L’enseignement de compétences techniques, en particulier pour les jeunes, est l’une des solutions les plus efficaces pour surmonter les défis éthiques posés par l’IA. Apporter les bonnes compétences en IA aux jeunes doit être « une conversation panafricaine et une conversation menée par le secteur privé », déclare Stéphan-Eloïse Gras, Présidente de Digital Africa, une initiative française en faveur de l’innovation en Afrique. Le secteur privé peut établir des normes éthiques en sensibilisant les écoles et en s’associant aux institutions pour aligner ses besoins sur les exigences éducatives des jeunes. C’est notamment le cas dans certaines niches où l’IA a tendance à évoluer plus rapidement que dans d’autres secteurs et pour lesquels le système éducatif ne peut pas suivre la rapidité des changements comme le font certaines entreprises.  
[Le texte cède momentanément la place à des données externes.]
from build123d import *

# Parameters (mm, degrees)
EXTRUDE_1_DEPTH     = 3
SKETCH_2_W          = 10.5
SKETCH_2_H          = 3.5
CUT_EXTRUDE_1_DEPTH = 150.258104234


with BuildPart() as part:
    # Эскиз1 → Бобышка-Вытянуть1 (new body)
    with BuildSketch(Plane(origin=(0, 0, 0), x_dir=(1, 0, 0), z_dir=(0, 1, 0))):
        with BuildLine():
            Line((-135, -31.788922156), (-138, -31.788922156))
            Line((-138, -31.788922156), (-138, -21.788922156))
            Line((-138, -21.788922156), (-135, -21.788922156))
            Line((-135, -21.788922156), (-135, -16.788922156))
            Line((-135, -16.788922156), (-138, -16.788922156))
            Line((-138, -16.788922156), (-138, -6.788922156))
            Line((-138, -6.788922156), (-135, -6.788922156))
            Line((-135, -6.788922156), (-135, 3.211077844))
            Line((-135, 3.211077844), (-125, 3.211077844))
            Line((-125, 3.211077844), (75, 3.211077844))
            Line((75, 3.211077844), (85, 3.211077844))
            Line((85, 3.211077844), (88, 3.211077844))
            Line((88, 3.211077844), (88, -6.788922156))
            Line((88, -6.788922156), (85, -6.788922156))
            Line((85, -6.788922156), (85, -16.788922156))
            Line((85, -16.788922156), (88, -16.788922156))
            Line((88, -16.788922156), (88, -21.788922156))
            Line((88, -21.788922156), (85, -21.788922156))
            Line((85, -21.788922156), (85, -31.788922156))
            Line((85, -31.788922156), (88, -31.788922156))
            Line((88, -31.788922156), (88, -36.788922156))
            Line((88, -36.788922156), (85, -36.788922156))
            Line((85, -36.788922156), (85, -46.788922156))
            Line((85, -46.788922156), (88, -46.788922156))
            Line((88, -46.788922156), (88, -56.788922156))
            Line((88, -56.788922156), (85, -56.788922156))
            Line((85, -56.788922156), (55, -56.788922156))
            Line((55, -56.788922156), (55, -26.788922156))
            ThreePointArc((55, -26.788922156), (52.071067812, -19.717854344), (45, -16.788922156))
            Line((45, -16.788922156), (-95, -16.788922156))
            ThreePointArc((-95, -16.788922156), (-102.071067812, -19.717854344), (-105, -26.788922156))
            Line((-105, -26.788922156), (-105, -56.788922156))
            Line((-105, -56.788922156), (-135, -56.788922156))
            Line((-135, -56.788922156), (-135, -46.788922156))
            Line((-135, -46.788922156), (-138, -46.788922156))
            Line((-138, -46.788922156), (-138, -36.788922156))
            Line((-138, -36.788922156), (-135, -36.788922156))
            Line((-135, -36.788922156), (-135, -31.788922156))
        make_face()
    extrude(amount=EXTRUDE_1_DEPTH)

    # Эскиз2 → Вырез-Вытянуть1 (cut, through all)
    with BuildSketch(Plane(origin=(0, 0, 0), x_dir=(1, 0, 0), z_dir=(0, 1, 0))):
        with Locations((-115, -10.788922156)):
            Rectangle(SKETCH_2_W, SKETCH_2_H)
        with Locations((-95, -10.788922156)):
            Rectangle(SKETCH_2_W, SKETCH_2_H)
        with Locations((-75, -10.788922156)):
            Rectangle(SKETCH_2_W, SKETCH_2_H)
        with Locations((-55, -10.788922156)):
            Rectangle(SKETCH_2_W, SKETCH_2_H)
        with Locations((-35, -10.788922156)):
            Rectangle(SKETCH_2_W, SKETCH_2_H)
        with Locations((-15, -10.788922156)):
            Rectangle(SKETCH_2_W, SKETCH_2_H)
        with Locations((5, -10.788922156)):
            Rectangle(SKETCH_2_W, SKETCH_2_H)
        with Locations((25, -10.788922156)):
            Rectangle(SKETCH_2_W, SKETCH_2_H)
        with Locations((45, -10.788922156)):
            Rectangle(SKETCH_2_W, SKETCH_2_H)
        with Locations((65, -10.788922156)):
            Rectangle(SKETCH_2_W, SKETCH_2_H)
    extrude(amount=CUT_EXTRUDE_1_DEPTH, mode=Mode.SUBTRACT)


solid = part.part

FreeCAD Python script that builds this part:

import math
import FreeCAD as App
import Part
import Sketcher

V = App.Vector

doc = App.newDocument("Part")
body = doc.addObject("PartDesign::Body", "Body")

# Sketch on XZ plane
sketch1 = body.newObject("Sketcher::SketchObject", "Sketch")
sketch1.AttachmentSupport = (doc.getObject("XZ_Plane"), [""])
sketch1.MapMode = "FlatFace"
sketch1.addGeometry(Part.LineSegment(V(-138, 31.8, 0), V(-135, 31.8, 0)), False)
sketch1.addGeometry(Part.LineSegment(V(-135, 31.8, 0), V(-135, 36.8, 0)), False)
sketch1.addGeometry(Part.LineSegment(V(-135, 36.8, 0), V(-138, 36.8, 0)), False)
sketch1.addGeometry(Part.LineSegment(V(-138, 36.8, 0), V(-138, 46.8, 0)), False)
sketch1.addGeometry(Part.LineSegment(V(-138, 46.8, 0), V(-135, 46.8, 0)), False)
sketch1.addGeometry(Part.LineSegment(V(-135, 46.8, 0), V(-135, 56.8, 0)), False)
sketch1.addGeometry(Part.LineSegment(V(-135, 56.8, 0), V(-105, 56.8, 0)), False)
sketch1.addGeometry(Part.LineSegment(V(-105, 56.8, 0), V(-105, 26.8, 0)), False)
sketch1.addGeometry(Part.ArcOfCircle(Part.Circle(V(-95, 26.8, 0), V(0, 0, 1), 10), math.radians(180), math.radians(270)), False)
sketch1.addGeometry(Part.LineSegment(V(-95, 16.8, 0), V(45, 16.8, 0)), False)
sketch1.addGeometry(Part.ArcOfCircle(Part.Circle(V(45, 26.8, 0), V(0, 0, 1), 10), math.radians(-90), math.radians(0)), False)
sketch1.addGeometry(Part.LineSegment(V(55, 26.8, 0), V(55, 56.8, 0)), False)
sketch1.addGeometry(Part.LineSegment(V(55, 56.8, 0), V(88, 56.8, 0)), False)
sketch1.addGeometry(Part.LineSegment(V(88, 56.8, 0), V(88, 46.8, 0)), False)
sketch1.addGeometry(Part.LineSegment(V(88, 46.8, 0), V(85, 46.8, 0)), False)
sketch1.addGeometry(Part.LineSegment(V(85, 46.8, 0), V(85, 36.8, 0)), False)
sketch1.addGeometry(Part.LineSegment(V(85, 36.8, 0), V(88, 36.8, 0)), False)
sketch1.addGeometry(Part.LineSegment(V(88, 36.8, 0), V(88, 31.8, 0)), False)
sketch1.addGeometry(Part.LineSegment(V(88, 31.8, 0), V(85, 31.8, 0)), False)
sketch1.addGeometry(Part.LineSegment(V(85, 31.8, 0), V(85, 21.8, 0)), False)
sketch1.addGeometry(Part.LineSegment(V(85, 21.8, 0), V(88, 21.8, 0)), False)
sketch1.addGeometry(Part.LineSegment(V(88, 21.8, 0), V(88, 16.8, 0)), False)
sketch1.addGeometry(Part.LineSegment(V(88, 16.8, 0), V(85, 16.8, 0)), False)
sketch1.addGeometry(Part.LineSegment(V(85, 16.8, 0), V(85, 6.8, 0)), False)
sketch1.addGeometry(Part.LineSegment(V(85, 6.8, 0), V(88, 6.8, 0)), False)
sketch1.addGeometry(Part.LineSegment(V(88, 6.8, 0), V(88, -3.2, 0)), False)
sketch1.addGeometry(Part.LineSegment(V(88, -3.2, 0), V(-135, -3.2, 0)), False)
sketch1.addGeometry(Part.LineSegment(V(-135, -3.2, 0), V(-135, 6.8, 0)), False)
sketch1.addGeometry(Part.LineSegment(V(-135, 6.8, 0), V(-138, 6.8, 0)), False)
sketch1.addGeometry(Part.LineSegment(V(-138, 6.8, 0), V(-138, 16.8, 0)), False)
sketch1.addGeometry(Part.LineSegment(V(-138, 16.8, 0), V(-135, 16.8, 0)), False)
sketch1.addGeometry(Part.LineSegment(V(-135, 16.8, 0), V(-135, 21.8, 0)), False)
sketch1.addGeometry(Part.LineSegment(V(-135, 21.8, 0), V(-138, 21.8, 0)), False)
sketch1.addGeometry(Part.LineSegment(V(-138, 21.8, 0), V(-138, 31.8, 0)), False)
sketch1.addConstraint(Sketcher.Constraint("Coincident", 0, 2, 1, 1))
sketch1.addConstraint(Sketcher.Constraint("Coincident", 1, 2, 2, 1))
sketch1.addConstraint(Sketcher.Constraint("Coincident", 2, 2, 3, 1))
sketch1.addConstraint(Sketcher.Constraint("Coincident", 3, 2, 4, 1))
sketch1.addConstraint(Sketcher.Constraint("Coincident", 4, 2, 5, 1))
sketch1.addConstraint(Sketcher.Constraint("Coincident", 5, 2, 6, 1))
sketch1.addConstraint(Sketcher.Constraint("Coincident", 6, 2, 7, 1))
sketch1.addConstraint(Sketcher.Constraint("Tangent", 7, 2, 8, 1))
sketch1.addConstraint(Sketcher.Constraint("Tangent", 8, 2, 9, 1))
sketch1.addConstraint(Sketcher.Constraint("Tangent", 9, 2, 10, 1))
sketch1.addConstraint(Sketcher.Constraint("Tangent", 10, 2, 11, 1))
sketch1.addConstraint(Sketcher.Constraint("Coincident", 11, 2, 12, 1))
sketch1.addConstraint(Sketcher.Constraint("Coincident", 12, 2, 13, 1))
sketch1.addConstraint(Sketcher.Constraint("Coincident", 13, 2, 14, 1))
sketch1.addConstraint(Sketcher.Constraint("Coincident", 14, 2, 15, 1))
sketch1.addConstraint(Sketcher.Constraint("Coincident", 15, 2, 16, 1))
sketch1.addConstraint(Sketcher.Constraint("Coincident", 16, 2, 17, 1))
sketch1.addConstraint(Sketcher.Constraint("Coincident", 17, 2, 18, 1))
sketch1.addConstraint(Sketcher.Constraint("Coincident", 18, 2, 19, 1))
sketch1.addConstraint(Sketcher.Constraint("Coincident", 19, 2, 20, 1))
sketch1.addConstraint(Sketcher.Constraint("Coincident", 20, 2, 21, 1))
sketch1.addConstraint(Sketcher.Constraint("Coincident", 21, 2, 22, 1))
sketch1.addConstraint(Sketcher.Constraint("Coincident", 22, 2, 23, 1))
sketch1.addConstraint(Sketcher.Constraint("Coincident", 23, 2, 24, 1))
sketch1.addConstraint(Sketcher.Constraint("Coincident", 24, 2, 25, 1))
sketch1.addConstraint(Sketcher.Constraint("Coincident", 25, 2, 26, 1))
sketch1.addConstraint(Sketcher.Constraint("Coincident", 26, 2, 27, 1))
sketch1.addConstraint(Sketcher.Constraint("Coincident", 27, 2, 28, 1))
sketch1.addConstraint(Sketcher.Constraint("Coincident", 28, 2, 29, 1))
sketch1.addConstraint(Sketcher.Constraint("Coincident", 29, 2, 30, 1))
sketch1.addConstraint(Sketcher.Constraint("Coincident", 30, 2, 31, 1))
sketch1.addConstraint(Sketcher.Constraint("Coincident", 31, 2, 32, 1))
sketch1.addConstraint(Sketcher.Constraint("Coincident", 32, 2, 33, 1))
sketch1.addConstraint(Sketcher.Constraint("Coincident", 33, 2, 0, 1))
sketch1.addConstraint(Sketcher.Constraint("Horizontal", 0))
sketch1.addConstraint(Sketcher.Constraint("Vertical", 1))
sketch1.addConstraint(Sketcher.Constraint("Horizontal", 2))
sketch1.addConstraint(Sketcher.Constraint("Vertical", 3))
sketch1.addConstraint(Sketcher.Constraint("Horizontal", 4))
sketch1.addConstraint(Sketcher.Constraint("Vertical", 5))
sketch1.addConstraint(Sketcher.Constraint("Horizontal", 6))
sketch1.addConstraint(Sketcher.Constraint("Vertical", 7))
sketch1.addConstraint(Sketcher.Constraint("Horizontal", 9))
sketch1.addConstraint(Sketcher.Constraint("Vertical", 11))
sketch1.addConstraint(Sketcher.Constraint("Horizontal", 12))
sketch1.addConstraint(Sketcher.Constraint("Vertical", 13))
sketch1.addConstraint(Sketcher.Constraint("Horizontal", 14))
sketch1.addConstraint(Sketcher.Constraint("Vertical", 15))
sketch1.addConstraint(Sketcher.Constraint("Horizontal", 16))
sketch1.addConstraint(Sketcher.Constraint("Vertical", 17))
sketch1.addConstraint(Sketcher.Constraint("Horizontal", 18))
sketch1.addConstraint(Sketcher.Constraint("Vertical", 19))
sketch1.addConstraint(Sketcher.Constraint("Horizontal", 20))
sketch1.addConstraint(Sketcher.Constraint("Vertical", 21))
sketch1.addConstraint(Sketcher.Constraint("Horizontal", 22))
sketch1.addConstraint(Sketcher.Constraint("Vertical", 23))
sketch1.addConstraint(Sketcher.Constraint("Horizontal", 24))
sketch1.addConstraint(Sketcher.Constraint("Vertical", 25))
sketch1.addConstraint(Sketcher.Constraint("Horizontal", 26))
sketch1.addConstraint(Sketcher.Constraint("Vertical", 27))
sketch1.addConstraint(Sketcher.Constraint("Horizontal", 28))
sketch1.addConstraint(Sketcher.Constraint("Vertical", 29))
sketch1.addConstraint(Sketcher.Constraint("Horizontal", 30))
sketch1.addConstraint(Sketcher.Constraint("Vertical", 31))
sketch1.addConstraint(Sketcher.Constraint("Horizontal", 32))
sketch1.addConstraint(Sketcher.Constraint("Vertical", 33))
sketch1.addConstraint(Sketcher.Constraint("Equal", 8, 10))
sketch1.addConstraint(Sketcher.Constraint("Horizontal", 6, 2, 11, 2))
sketch1.addConstraint(Sketcher.Constraint("Horizontal", 4, 2, 13, 2))
sketch1.addConstraint(Sketcher.Constraint("Horizontal", 2, 2, 15, 2))
sketch1.addConstraint(Sketcher.Constraint("Horizontal", 0, 2, 17, 2))
sketch1.addConstraint(Sketcher.Constraint("Horizontal", 9, 2, 21, 2))
sketch1.addConstraint(Sketcher.Constraint("Horizontal", 24, 2, 27, 2))
sketch1.addConstraint(Sketcher.Constraint("Horizontal", 22, 2, 29, 2))
sketch1.addConstraint(Sketcher.Constraint("Horizontal", 20, 2, 31, 2))
sketch1.addConstraint(Sketcher.Constraint("Vertical", 1, 2, 4, 2))
sketch1.addConstraint(Sketcher.Constraint("Vertical", 13, 2, 16, 2))
sketch1.addConstraint(Sketcher.Constraint("Vertical", 15, 2, 18, 2))
sketch1.addConstraint(Sketcher.Constraint("Vertical", 17, 2, 20, 2))
sketch1.addConstraint(Sketcher.Constraint("Vertical", 19, 2, 22, 2))
sketch1.addConstraint(Sketcher.Constraint("Vertical", 21, 2, 24, 2))
sketch1.addConstraint(Sketcher.Constraint("Vertical", 5, 2, 26, 2))
sketch1.addConstraint(Sketcher.Constraint("Vertical", 3, 2, 28, 2))
sketch1.addConstraint(Sketcher.Constraint("Vertical", 27, 2, 30, 2))
sketch1.addConstraint(Sketcher.Constraint("Vertical", 29, 2, 32, 2))
sketch1.addConstraint(Sketcher.Constraint("Equal", 4, 14))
Les niches les plus prospères ne peuvent être identifiées qu’en posant les bonnes questions : quels sont les atouts des économies africaines ? Quels sont les besoins les plus actuels de nos communautés ? « Ici, les recherches montrent que l’agriculture et l’exploitation minière sont parmi nos plus grandes forces sur le continent et que les entreprises africaines détiennent une part importante des ressources mondiales », déclare Uche Ogboi, directeur général de Lori Systems Corp. Enfin, l’amélioration de l’éducation et des soins de santé est également à valoriser. Dans ces secteurs, l’intelligence artificielle possède un pouvoir transformationnel considérable.